Ethical considerations
The study was approved by the Institutional Ethics Board of the Affiliated Changsha Hospital of Xiangya School of Medicine (The First Hospital of Changsha; Grant number: 2024 (06) V. 1.0). The date of ethical approval is 4 June 2024. Written informed consent has been obtained. This study was conducted in accordance with the principles of the Declaration of Helsinki.
Consent to participate
Participant consent to participate in the study.
Consent for publication
The participants consented to publication.
Author contributions
ZH participated in the data sorting, analysis and drafting of the manuscript. YT and XC participated in the data analysis and revised the manuscript. RC, YL, and XH participated in data collection, sorting and analysis.
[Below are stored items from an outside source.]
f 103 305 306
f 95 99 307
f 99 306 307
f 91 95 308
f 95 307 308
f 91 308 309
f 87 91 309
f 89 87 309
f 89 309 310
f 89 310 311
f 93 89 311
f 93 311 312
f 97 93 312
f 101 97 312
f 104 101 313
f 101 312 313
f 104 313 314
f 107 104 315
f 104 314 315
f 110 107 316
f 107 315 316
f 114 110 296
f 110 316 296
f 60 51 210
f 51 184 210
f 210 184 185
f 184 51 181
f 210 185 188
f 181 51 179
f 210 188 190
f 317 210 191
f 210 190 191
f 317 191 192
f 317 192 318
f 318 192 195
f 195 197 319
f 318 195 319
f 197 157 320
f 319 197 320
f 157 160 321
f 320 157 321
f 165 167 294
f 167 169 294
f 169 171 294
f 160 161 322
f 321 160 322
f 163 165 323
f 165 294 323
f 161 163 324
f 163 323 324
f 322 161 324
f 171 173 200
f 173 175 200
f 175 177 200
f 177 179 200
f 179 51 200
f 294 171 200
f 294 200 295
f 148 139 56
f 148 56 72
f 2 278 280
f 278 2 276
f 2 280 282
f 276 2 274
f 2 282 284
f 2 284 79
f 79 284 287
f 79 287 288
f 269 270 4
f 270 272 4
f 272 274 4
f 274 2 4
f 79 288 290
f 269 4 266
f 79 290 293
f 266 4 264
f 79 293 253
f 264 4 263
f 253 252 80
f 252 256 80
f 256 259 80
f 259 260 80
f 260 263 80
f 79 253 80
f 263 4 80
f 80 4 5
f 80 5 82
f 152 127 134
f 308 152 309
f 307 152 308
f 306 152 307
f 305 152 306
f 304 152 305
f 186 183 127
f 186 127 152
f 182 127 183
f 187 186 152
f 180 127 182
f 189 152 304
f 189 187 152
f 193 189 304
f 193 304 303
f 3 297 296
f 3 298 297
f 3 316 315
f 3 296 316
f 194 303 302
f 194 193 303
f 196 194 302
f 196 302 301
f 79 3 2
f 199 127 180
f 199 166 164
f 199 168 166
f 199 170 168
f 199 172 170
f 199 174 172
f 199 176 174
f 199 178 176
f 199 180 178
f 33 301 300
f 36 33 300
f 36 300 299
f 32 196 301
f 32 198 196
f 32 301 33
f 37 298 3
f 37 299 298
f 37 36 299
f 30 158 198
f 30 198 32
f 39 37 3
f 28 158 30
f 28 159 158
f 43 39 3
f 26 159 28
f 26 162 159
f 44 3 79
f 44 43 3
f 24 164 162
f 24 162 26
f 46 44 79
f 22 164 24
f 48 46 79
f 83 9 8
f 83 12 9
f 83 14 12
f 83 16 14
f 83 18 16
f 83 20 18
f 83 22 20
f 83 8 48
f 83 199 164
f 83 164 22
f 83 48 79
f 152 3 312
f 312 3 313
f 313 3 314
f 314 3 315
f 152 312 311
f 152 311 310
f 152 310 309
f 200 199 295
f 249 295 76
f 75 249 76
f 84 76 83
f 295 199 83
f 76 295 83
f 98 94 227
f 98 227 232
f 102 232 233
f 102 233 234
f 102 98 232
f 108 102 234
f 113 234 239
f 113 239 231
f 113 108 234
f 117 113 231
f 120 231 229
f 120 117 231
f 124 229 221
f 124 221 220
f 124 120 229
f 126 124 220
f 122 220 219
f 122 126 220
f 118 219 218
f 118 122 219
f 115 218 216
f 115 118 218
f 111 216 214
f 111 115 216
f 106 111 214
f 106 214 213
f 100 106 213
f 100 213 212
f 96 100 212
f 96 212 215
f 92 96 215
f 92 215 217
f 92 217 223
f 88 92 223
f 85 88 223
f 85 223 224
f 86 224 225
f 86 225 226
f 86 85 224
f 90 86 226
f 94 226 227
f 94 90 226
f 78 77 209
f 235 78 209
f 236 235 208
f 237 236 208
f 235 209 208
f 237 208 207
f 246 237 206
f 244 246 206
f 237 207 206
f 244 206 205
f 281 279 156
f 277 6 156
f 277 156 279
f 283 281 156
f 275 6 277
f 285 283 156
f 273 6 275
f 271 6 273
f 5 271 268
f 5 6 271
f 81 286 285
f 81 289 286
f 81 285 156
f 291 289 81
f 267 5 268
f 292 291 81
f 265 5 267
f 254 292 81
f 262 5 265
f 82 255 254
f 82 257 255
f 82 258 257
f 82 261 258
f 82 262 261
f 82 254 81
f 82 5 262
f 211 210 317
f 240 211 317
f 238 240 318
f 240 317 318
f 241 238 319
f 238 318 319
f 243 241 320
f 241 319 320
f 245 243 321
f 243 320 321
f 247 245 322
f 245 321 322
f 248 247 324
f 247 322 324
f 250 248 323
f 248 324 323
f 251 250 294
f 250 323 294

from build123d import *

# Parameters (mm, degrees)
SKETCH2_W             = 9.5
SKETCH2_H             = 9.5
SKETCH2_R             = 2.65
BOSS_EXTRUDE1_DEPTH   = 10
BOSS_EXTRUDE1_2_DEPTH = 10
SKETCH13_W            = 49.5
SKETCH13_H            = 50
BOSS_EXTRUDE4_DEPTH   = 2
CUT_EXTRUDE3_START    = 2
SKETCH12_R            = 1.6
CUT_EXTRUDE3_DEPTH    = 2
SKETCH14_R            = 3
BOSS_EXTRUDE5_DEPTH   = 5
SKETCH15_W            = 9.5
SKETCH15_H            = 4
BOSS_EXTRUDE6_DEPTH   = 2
All authors approved the submitted version.
Funding
The authors disclosed receipt of the following financial support for the research, authorship, and/or publication of this article: The Youth Innovation Fund of The First Hospital of Changsha (2025).
Declaration of conflicting interests
The authors declared no potential conflicts of interest with respect to the research, authorship, and/or publication of this article.
Data availability
According to institution's policy on patient privacy and confidentiality, we are unable to publicly share patient information. However, the authors will provide the corresponding data upon reasonable request.